### PROBLEM DETAILS
Lines in the listing that hold the string "Locations" need to be tallied, and the total given alone.

### AVAILABLE RECORDS
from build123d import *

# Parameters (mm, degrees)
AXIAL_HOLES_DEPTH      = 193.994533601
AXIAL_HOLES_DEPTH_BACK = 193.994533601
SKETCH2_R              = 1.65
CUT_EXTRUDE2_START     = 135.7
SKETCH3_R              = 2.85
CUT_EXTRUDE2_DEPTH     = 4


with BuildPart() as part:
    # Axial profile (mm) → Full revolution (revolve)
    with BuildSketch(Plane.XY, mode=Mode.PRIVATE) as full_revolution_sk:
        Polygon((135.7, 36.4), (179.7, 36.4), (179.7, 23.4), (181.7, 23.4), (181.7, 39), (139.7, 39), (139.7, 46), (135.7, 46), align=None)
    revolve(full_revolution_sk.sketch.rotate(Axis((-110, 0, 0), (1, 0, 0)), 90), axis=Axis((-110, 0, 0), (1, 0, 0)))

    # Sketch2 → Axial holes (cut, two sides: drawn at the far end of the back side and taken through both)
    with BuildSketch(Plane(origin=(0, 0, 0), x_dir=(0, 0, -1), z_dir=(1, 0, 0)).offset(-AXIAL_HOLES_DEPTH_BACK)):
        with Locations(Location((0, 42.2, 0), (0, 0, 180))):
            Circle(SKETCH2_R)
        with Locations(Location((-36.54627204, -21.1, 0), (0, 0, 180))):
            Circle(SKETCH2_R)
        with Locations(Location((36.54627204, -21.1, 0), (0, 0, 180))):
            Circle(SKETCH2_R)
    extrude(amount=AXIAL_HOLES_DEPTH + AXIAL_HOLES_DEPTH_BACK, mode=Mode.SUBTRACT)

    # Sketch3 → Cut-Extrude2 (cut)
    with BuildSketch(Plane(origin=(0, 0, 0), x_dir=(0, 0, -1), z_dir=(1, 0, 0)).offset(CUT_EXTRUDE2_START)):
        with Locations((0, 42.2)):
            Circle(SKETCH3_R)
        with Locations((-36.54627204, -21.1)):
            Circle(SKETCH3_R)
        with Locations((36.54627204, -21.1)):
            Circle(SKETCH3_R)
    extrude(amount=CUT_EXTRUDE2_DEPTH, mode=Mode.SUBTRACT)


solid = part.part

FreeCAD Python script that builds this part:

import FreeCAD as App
import Part
import Sketcher

V = App.Vector

doc = App.newDocument("Part")
body = doc.addObject("PartDesign::Body", "Body")

# Sketch on XY plane
sketch1 = body.newObject("Sketcher::SketchObject", "Sketch")
sketch1.AttachmentSupport = (doc.getObject("XY_Plane"), [""])
sketch1.MapMode = "FlatFace"
sketch1.addGeometry(Part.LineSegment(V(135.7, 36.4, 0), V(179.7, 36.4, 0)), False)
sketch1.addGeometry(Part.LineSegment(V(179.7, 36.4, 0), V(179.7, 23.4, 0)), False)
sketch1.addGeometry(Part.LineSegment(V(179.7, 23.4, 0), V(181.7, 23.4, 0)), False)
sketch1.addGeometry(Part.LineSegment(V(181.7, 23.4, 0), V(181.7, 39, 0)), False)
sketch1.addGeometry(Part.LineSegment(V(181.7, 39, 0), V(139.7, 39, 0)), False)
sketch1.addGeometry(Part.LineSegment(V(139.7, 39, 0), V(139.7, 46, 0)), False)
sketch1.addGeometry(Part.LineSegment(V(139.7, 46, 0), V(135.7, 46, 0)), False)
sketch1.addGeometry(Part.LineSegment(V(135.7, 46, 0), V(135.7, 36.4, 0)), False)
sketch1.addConstraint(Sketcher.Constraint("Coincident", 0, 2, 1, 1))
sketch1.addConstraint(Sketcher.Constraint("Coincident", 1, 2, 2, 1))
sketch1.addConstraint(Sketcher.Constraint("Coincident", 2, 2, 3, 1))
sketch1.addConstraint(Sketcher.Constraint("Coincident", 3, 2, 4, 1))
sketch1.addConstraint(Sketcher.Constraint("Coincident", 4, 2, 5, 1))
sketch1.addConstraint(Sketcher.Constraint("Coincident", 5, 2, 6, 1))
sketch1.addConstraint(Sketcher.Constraint("Coincident", 6, 2, 7, 1))
sketch1.addConstraint(Sketcher.Constraint("Coincident", 7, 2, 0, 1))
sketch1.addConstraint(Sketcher.Constraint("Horizontal", 0))
sketch1.addConstraint(Sketcher.Constraint("Vertical", 1))
sketch1.addConstraint(Sketcher.Constraint("Horizontal", 2))
sketch1.addConstraint(Sketcher.Constraint("Vertical", 3))
sketch1.addConstraint(Sketcher.Constraint("Horizontal", 4))
sketch1.addConstraint(Sketcher.Constraint("Vertical", 5))
sketch1.addConstraint(Sketcher.Constraint("Horizontal", 6))
sketch1.addConstraint(Sketcher.Constraint("Vertical", 7))
sketch1.addConstraint(Sketcher.Constraint("DistanceX", 0, 1, 0, 2, 44.0))
sketch1.addConstraint(Sketcher.Constraint("DistanceX", 2, 1, 2, 2, 2.0))
sketch1.addConstraint(Sketcher.Constraint("DistanceX", 4, 2, 4, 1, 42.0))
sketch1.addConstraint(Sketcher.Constraint("DistanceY", 1, 2, 1, 1, 13.0))
sketch1.addConstraint(Sketcher.Constraint("DistanceY", 5, 1, 5, 2, 7.0))
sketch1.addConstraint(Sketcher.Constraint("DistanceY", 3, 1, 3, 2, 15.6))
sketch1.addConstraint(Sketcher.Constraint("DistanceY", -1, 1, 3, 2, 39.0))
sketch1.addConstraint(Sketcher.Constraint("DistanceX", -1, 1, 0, 2, 179.7))
revolution = body.newObject("PartDesign::Revolution", "Revolution")
revolution.Profile = sketch1
revolution.ReferenceAxis = (sketch1, ["H_Axis"])
revolution.Angle = 360

# Sketch on YZ plane
sketch2 = body.newObject("Sketcher::SketchObject", "Sketch001")
sketch2.AttachmentSupport = (doc.getObject("YZ_Plane"), [""])
sketch2.MapMode = "FlatFace"
sketch2.addGeometry(Part.Circle(V(42.2, 0, 0), V(0, 0, 1), 1.6), False)
sketch2.addGeometry(Part.Circle(V(-21.1, 36.5, 0), V(0, 0, 1), 1.6), False)
sketch2.addGeometry(Part.Circle(V(-21.1, -36.5, 0), V(0, 0, 1), 1.6), False)
sketch2.addConstraint(Sketcher.Constraint("Equal", 0, 1))
sketch2.addConstraint(Sketcher.Constraint("Equal", 1, 2))
sketch2.addConstraint(Sketcher.Constraint("Symmetric", 1, 3, 2, 3, -1))
sketch2.addConstraint(Sketcher.Constraint("PointOnObject", 0, 3, -1))
sketch2.addConstraint(Sketcher.Constraint("Diameter", 0, 3.3))
sketch2.addConstraint(Sketcher.Constraint("DistanceX", -1, 1, 0, 3, 42.2))
sketch2.addConstraint(Sketcher.Constraint("DistanceX", 1, 3, -1, 1, 21.1))
sketch2.addConstraint(Sketcher.Constraint("DistanceY", -1, 1, 1, 3, 36.546272))
pocket1 = body.newObject("PartDesign::Pocket", "Pocket")
pocket1.Profile = sketch2
pocket1.Type = "ThroughAll"
pocket1.Midplane = True

# Sketch on YZ plane
sketch3 = body.newObject("Sketcher::SketchObject", "Sketch002")
sketch3.AttachmentSupport = (doc.getObject("YZ_Plane"), [""])
sketch3.MapMode = "FlatFace"
sketch3.AttachmentOffset = App.Placement(V(0, 0, 135.7), App.Rotation())
sketch3.addGeometry(Part.Circle(V(42.2, 0, 0), V(0, 0, 1), 2.9), False)
sketch3.addGeometry(Part.Circle(V(-21.1, 36.5, 0), V(0, 0, 1), 2.9), False)
sketch3.addGeometry(Part.Circle(V(-21.1, -36.5, 0), V(0, 0, 1), 2.9), False)
sketch3.addConstraint(Sketcher.Constraint("Equal", 0, 1))
sketch3.addConstraint(Sketcher.Constraint("Equal", 1, 2))
sketch3.addConstraint(Sketcher.Constraint("Symmetric", 1, 3, 2, 3, -1))
sketch3.addConstraint(Sketcher.Constraint("PointOnObject", 0, 3, -1))
sketch3.addConstraint(Sketcher.Constraint("Diameter", 0, 5.7))
sketch3.addConstraint(Sketcher.Constraint("DistanceX", -1, 1, 0, 3, 42.2))
sketch3.addConstraint(Sketcher.Constraint("DistanceX", 1, 3, -1, 1, 21.1))
sketch3.addConstraint(Sketcher.Constraint("DistanceY", -1, 1, 1, 3, 36.546272))
pocket2 = body.newObject("PartDesign::Pocket", "Pocket001")
pocket2.Profile = sketch3
pocket2.Length = 4
pocket2.Reversed = True

doc.recompute()
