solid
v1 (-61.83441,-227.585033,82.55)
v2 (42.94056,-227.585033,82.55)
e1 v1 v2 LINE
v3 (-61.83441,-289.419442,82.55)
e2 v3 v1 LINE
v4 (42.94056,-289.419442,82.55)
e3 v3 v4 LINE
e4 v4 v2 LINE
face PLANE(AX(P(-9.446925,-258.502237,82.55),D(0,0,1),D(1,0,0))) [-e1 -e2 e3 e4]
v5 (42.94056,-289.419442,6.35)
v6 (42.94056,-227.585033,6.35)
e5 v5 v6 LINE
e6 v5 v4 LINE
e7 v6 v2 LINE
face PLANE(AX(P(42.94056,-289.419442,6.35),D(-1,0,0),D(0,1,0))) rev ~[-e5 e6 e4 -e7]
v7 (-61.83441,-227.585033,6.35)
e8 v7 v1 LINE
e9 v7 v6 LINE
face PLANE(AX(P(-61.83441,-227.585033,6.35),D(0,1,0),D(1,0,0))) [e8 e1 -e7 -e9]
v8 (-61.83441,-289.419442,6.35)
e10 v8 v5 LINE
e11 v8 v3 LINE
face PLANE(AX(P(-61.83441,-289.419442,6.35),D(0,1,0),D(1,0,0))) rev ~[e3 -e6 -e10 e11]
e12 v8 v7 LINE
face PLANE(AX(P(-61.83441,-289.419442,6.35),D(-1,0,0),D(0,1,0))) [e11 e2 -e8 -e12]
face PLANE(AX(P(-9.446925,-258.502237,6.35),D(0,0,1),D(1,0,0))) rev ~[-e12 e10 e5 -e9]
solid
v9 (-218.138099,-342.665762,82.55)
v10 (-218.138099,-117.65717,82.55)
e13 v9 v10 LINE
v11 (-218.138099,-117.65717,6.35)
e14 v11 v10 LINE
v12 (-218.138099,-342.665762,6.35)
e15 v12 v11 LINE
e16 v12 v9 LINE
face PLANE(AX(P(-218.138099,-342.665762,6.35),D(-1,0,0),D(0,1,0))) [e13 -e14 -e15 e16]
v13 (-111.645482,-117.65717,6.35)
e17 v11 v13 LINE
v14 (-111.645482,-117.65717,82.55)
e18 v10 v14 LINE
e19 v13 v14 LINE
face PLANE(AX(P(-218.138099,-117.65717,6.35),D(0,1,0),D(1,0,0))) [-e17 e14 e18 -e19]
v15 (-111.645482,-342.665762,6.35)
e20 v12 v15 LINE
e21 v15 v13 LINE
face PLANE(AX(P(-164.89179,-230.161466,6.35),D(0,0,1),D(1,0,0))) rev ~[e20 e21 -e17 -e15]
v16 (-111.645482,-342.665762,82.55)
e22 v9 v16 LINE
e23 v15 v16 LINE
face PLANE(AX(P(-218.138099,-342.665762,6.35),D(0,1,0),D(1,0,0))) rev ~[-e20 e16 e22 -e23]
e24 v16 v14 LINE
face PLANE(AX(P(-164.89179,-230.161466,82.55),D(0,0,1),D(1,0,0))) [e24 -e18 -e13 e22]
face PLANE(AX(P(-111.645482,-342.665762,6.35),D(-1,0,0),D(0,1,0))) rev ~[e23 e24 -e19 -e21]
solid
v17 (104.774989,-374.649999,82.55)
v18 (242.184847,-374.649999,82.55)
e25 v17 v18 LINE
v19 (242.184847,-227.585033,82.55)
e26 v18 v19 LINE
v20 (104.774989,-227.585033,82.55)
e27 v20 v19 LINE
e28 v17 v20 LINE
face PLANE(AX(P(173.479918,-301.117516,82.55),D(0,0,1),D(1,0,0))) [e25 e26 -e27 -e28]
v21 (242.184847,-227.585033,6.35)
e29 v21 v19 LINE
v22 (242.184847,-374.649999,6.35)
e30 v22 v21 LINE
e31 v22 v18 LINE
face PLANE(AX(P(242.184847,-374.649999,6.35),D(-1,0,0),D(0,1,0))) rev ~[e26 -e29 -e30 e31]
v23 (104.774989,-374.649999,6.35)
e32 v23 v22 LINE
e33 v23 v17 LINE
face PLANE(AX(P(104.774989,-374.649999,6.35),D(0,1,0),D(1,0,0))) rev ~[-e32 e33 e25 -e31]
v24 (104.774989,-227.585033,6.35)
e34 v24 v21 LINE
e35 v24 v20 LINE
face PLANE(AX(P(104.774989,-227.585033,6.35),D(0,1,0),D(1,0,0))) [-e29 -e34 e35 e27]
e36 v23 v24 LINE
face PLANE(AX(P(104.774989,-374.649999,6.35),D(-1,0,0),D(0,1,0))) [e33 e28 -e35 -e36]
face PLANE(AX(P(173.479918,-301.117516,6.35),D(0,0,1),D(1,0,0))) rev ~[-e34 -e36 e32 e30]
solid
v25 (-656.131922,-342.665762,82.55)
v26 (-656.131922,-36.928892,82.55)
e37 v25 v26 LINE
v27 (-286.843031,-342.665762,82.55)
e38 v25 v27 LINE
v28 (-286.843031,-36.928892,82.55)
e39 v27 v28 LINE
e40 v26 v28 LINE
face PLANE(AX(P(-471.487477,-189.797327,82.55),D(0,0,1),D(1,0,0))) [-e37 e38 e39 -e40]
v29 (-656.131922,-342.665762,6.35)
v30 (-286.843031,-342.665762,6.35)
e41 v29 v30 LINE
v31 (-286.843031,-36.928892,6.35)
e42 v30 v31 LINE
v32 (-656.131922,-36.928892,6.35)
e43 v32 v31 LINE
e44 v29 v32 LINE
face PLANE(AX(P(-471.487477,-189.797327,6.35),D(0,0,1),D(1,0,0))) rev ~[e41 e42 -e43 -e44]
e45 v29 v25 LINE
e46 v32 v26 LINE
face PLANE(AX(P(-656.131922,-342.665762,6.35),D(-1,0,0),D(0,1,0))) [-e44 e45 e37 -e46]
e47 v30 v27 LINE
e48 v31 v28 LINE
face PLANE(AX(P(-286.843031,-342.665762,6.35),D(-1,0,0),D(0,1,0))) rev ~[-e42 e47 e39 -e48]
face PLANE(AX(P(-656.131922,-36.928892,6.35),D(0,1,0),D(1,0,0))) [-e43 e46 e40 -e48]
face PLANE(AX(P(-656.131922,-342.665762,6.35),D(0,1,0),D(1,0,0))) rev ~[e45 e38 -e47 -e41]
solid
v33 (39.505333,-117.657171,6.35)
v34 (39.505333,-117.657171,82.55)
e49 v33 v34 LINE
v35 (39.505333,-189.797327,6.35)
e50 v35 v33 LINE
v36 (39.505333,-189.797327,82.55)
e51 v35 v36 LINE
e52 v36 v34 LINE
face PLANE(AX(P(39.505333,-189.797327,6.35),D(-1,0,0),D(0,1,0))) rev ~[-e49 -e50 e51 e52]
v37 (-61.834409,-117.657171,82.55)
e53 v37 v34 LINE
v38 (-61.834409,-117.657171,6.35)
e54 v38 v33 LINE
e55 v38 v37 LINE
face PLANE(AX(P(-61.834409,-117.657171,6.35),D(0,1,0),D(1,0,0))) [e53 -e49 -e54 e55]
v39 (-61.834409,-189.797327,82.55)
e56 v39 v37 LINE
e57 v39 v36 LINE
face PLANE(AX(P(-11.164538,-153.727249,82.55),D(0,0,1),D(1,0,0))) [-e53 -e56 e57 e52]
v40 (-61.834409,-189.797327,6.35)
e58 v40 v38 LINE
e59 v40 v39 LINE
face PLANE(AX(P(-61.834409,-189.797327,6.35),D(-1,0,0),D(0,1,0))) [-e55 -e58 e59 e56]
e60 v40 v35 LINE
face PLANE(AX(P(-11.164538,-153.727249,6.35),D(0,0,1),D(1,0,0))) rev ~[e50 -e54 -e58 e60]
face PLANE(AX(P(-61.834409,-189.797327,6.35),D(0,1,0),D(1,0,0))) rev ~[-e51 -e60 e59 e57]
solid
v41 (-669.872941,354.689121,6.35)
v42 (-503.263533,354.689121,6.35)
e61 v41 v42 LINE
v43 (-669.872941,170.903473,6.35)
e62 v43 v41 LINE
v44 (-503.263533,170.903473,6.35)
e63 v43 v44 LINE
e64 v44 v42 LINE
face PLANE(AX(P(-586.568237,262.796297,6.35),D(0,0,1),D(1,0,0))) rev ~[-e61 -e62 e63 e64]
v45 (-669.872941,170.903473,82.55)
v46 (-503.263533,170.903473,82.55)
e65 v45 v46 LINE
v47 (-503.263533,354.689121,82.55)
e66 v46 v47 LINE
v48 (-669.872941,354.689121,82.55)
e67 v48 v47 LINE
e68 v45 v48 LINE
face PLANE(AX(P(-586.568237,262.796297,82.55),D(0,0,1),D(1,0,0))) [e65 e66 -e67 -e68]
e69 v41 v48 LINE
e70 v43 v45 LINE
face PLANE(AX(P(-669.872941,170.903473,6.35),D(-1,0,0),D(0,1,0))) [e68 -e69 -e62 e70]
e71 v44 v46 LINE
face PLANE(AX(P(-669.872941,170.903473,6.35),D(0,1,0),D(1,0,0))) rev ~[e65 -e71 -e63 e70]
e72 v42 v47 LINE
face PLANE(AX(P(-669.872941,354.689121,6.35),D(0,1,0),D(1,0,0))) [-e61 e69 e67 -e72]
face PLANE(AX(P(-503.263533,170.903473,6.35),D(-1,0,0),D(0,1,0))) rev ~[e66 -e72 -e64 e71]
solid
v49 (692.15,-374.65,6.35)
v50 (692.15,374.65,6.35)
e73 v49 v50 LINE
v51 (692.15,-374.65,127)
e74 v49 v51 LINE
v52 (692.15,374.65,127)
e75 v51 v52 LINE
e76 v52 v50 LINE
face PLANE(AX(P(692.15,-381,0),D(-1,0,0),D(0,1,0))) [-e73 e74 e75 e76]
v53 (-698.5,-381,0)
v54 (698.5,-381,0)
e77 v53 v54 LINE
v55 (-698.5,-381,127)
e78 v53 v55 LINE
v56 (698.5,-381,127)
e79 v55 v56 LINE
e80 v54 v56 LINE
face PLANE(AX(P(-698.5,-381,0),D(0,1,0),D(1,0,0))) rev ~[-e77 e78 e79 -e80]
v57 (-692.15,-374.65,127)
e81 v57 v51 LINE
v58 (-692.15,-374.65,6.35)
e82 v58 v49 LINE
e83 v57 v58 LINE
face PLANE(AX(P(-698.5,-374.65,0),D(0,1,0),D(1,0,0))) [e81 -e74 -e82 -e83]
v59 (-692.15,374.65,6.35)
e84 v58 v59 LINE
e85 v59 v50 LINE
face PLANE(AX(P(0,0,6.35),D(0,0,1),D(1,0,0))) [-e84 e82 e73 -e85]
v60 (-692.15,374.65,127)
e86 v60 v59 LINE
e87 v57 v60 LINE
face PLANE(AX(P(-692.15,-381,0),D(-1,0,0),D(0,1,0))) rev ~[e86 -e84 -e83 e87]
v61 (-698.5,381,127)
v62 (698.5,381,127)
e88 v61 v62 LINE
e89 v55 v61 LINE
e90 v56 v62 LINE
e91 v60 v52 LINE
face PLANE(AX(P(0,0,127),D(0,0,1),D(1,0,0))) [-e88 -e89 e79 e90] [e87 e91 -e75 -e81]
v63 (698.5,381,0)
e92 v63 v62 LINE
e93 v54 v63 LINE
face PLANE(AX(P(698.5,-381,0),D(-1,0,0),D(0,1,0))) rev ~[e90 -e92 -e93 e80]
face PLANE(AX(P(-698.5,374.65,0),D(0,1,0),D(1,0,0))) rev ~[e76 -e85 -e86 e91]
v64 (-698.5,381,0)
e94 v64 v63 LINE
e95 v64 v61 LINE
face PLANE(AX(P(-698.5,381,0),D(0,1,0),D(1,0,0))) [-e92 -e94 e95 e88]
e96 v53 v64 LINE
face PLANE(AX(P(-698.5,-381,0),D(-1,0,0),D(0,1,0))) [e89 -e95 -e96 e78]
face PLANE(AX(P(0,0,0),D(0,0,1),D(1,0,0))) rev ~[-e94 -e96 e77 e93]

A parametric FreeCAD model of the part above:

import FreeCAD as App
import Part
import Sketcher
Q = App.Units.Quantity


def faces_at(feature, points):
    """Names of the faces that lie closest to the given points."""
    faces = feature.Shape.Faces
    near = lambda p: min(range(len(faces)), key=lambda i: faces[i].distToShape(Part.Vertex(*p))[0])
    return sorted({f"Face{near(p) + 1}" for p in points})

doc = App.newDocument("Part")
body = doc.addObject("PartDesign::Body", "Body")

# Sketch on XY plane
sketch1 = body.newObject("Sketcher::SketchObject", "Sketch")
sketch1.AttachmentSupport = (doc.getObject("XY_Plane"), [""])
sketch1.MapMode = "FlatFace"
sketch1.addGeometry(Part.LineSegment(App.Vector(-698.5, 381, 0), App.Vector(-698.5, -381, 0)), False)
sketch1.addGeometry(Part.LineSegment(App.Vector(-698.5, -381, 0), App.Vector(698.5, -381, 0)), False)
sketch1.addGeometry(Part.LineSegment(App.Vector(698.5, -381, 0), App.Vector(698.5, 381, 0)), False)
sketch1.addGeometry(Part.LineSegment(App.Vector(698.5, 381, 0), App.Vector(-698.5, 381, 0)), False)
sketch1.addConstraint(Sketcher.Constraint("Coincident", 0, 2, 1, 1))
sketch1.addConstraint(Sketcher.Constraint("Coincident", 1, 2, 2, 1))
sketch1.addConstraint(Sketcher.Constraint("Coincident", 2, 2, 3, 1))
sketch1.addConstraint(Sketcher.Constraint("Coincident", 3, 2, 0, 1))
sketch1.addConstraint(Sketcher.Constraint("Vertical", 0))
sketch1.addConstraint(Sketcher.Constraint("Horizontal", 1))
sketch1.addConstraint(Sketcher.Constraint("Vertical", 2))
sketch1.addConstraint(Sketcher.Constraint("Horizontal", 3))
sketch1.addConstraint(Sketcher.Constraint("Symmetric", 0, 2, 2, 2, -1, 1))
sketch1.addConstraint(Sketcher.Constraint("DistanceX", 1, 1, 1, 2, Q("55 in")))
sketch1.addConstraint(Sketcher.Constraint("DistanceY", 0, 2, 0, 1, Q("30 in")))
pad1 = body.newObject("PartDesign::Pad", "Pad")
pad1.Profile = sketch1
pad1.Length = Q("5 in")
doc.recompute()

thickness = body.newObject("PartDesign::Thickness", "Thickness")
thickness.Base = (pad1, faces_at(pad1, [(0, 0, 127)]))
thickness.Value = Q("0.25 in")
thickness.Reversed = True
thickness.Join = "Arc"
body2 = doc.addObject("PartDesign::Body", "Body001")
body2.AllowCompound = True

# Sketch on XY plane
sketch2 = body2.newObject("Sketcher::SketchObject", "Sketch001")
sketch2.AttachmentSupport = (doc.getObject("XY_Plane001"), [""])
sketch2.MapMode = "FlatFace"
sketch2.AttachmentOffset = App.Placement(App.Vector(0, 0, 0.25 * 25.4), App.Rotation())
sketch2.addGeometry(Part.LineSegment(App.Vector(-656.131922, -36.928892, 0), App.Vector(-656.131922, -342.665762, 0)), False)
sketch2.addGeometry(Part.LineSegment(App.Vector(-656.131922, -342.665762, 0), App.Vector(-286.843031, -342.665762, 0)), False)
sketch2.addGeometry(Part.LineSegment(App.Vector(-286.843031, -342.665762, 0), App.Vector(-286.843031, -36.928892, 0)), False)
sketch2.addGeometry(Part.LineSegment(App.Vector(-286.843031, -36.928892, 0), App.Vector(-656.131922, -36.928892, 0)), False)
sketch2.addGeometry(Part.LineSegment(App.Vector(-218.138099, -117.65717, 0), App.Vector(-218.138099, -342.665762, 0)), False)
sketch2.addGeometry(Part.LineSegment(App.Vector(-218.138099, -342.665762, 0), App.Vector(-111.645482, -342.665762, 0)), False)
sketch2.addGeometry(Part.LineSegment(App.Vector(-111.645482, -342.665762, 0), App.Vector(-111.645482, -117.65717, 0)), False)
sketch2.addGeometry(Part.LineSegment(App.Vector(-111.645482, -117.65717, 0), App.Vector(-218.138099, -117.65717, 0)), False)
sketch2.addGeometry(Part.LineSegment(App.Vector(-61.834409, -117.657171, 0), App.Vector(-61.834409, -189.797327, 0)), False)
sketch2.addGeometry(Part.LineSegment(App.Vector(-61.834409, -189.797327, 0), App.Vector(39.505333, -189.797327, 0)), False)
sketch2.addGeometry(Part.LineSegment(App.Vector(39.505333, -189.797327, 0), App.Vector(39.505333, -117.657171, 0)), False)
sketch2.addGeometry(Part.LineSegment(App.Vector(39.505333, -117.657171, 0), App.Vector(-61.834409, -117.657171, 0)), False)
sketch2.addGeometry(Part.LineSegment(App.Vector(-61.83441, -227.585033, 0), App.Vector(-61.83441, -289.419442, 0)), False)
sketch2.addGeometry(Part.LineSegment(App.Vector(-61.83441, -289.419442, 0), App.Vector(42.94056, -289.419442, 0)), False)
sketch2.addGeometry(Part.LineSegment(App.Vector(42.94056, -289.419442, 0), App.Vector(42.94056, -227.585033, 0)), False)
sketch2.addGeometry(Part.LineSegment(App.Vector(42.94056, -227.585033, 0), App.Vector(-61.83441, -227.585033, 0)), False)
sketch2.addGeometry(Part.LineSegment(App.Vector(-669.872941, 354.689121, 0), App.Vector(-669.872941, 170.903473, 0)), False)
sketch2.addGeometry(Part.LineSegment(App.Vector(-669.872941, 170.903473, 0), App.Vector(-503.263533, 170.903473, 0)), False)
sketch2.addGeometry(Part.LineSegment(App.Vector(-503.263533, 170.903473, 0), App.Vector(-503.263533, 354.689121, 0)), False)
sketch2.addGeometry(Part.LineSegment(App.Vector(-503.263533, 354.689121, 0), App.Vector(-669.872941, 354.689121, 0)), False)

### WRITTEN ANSWER
6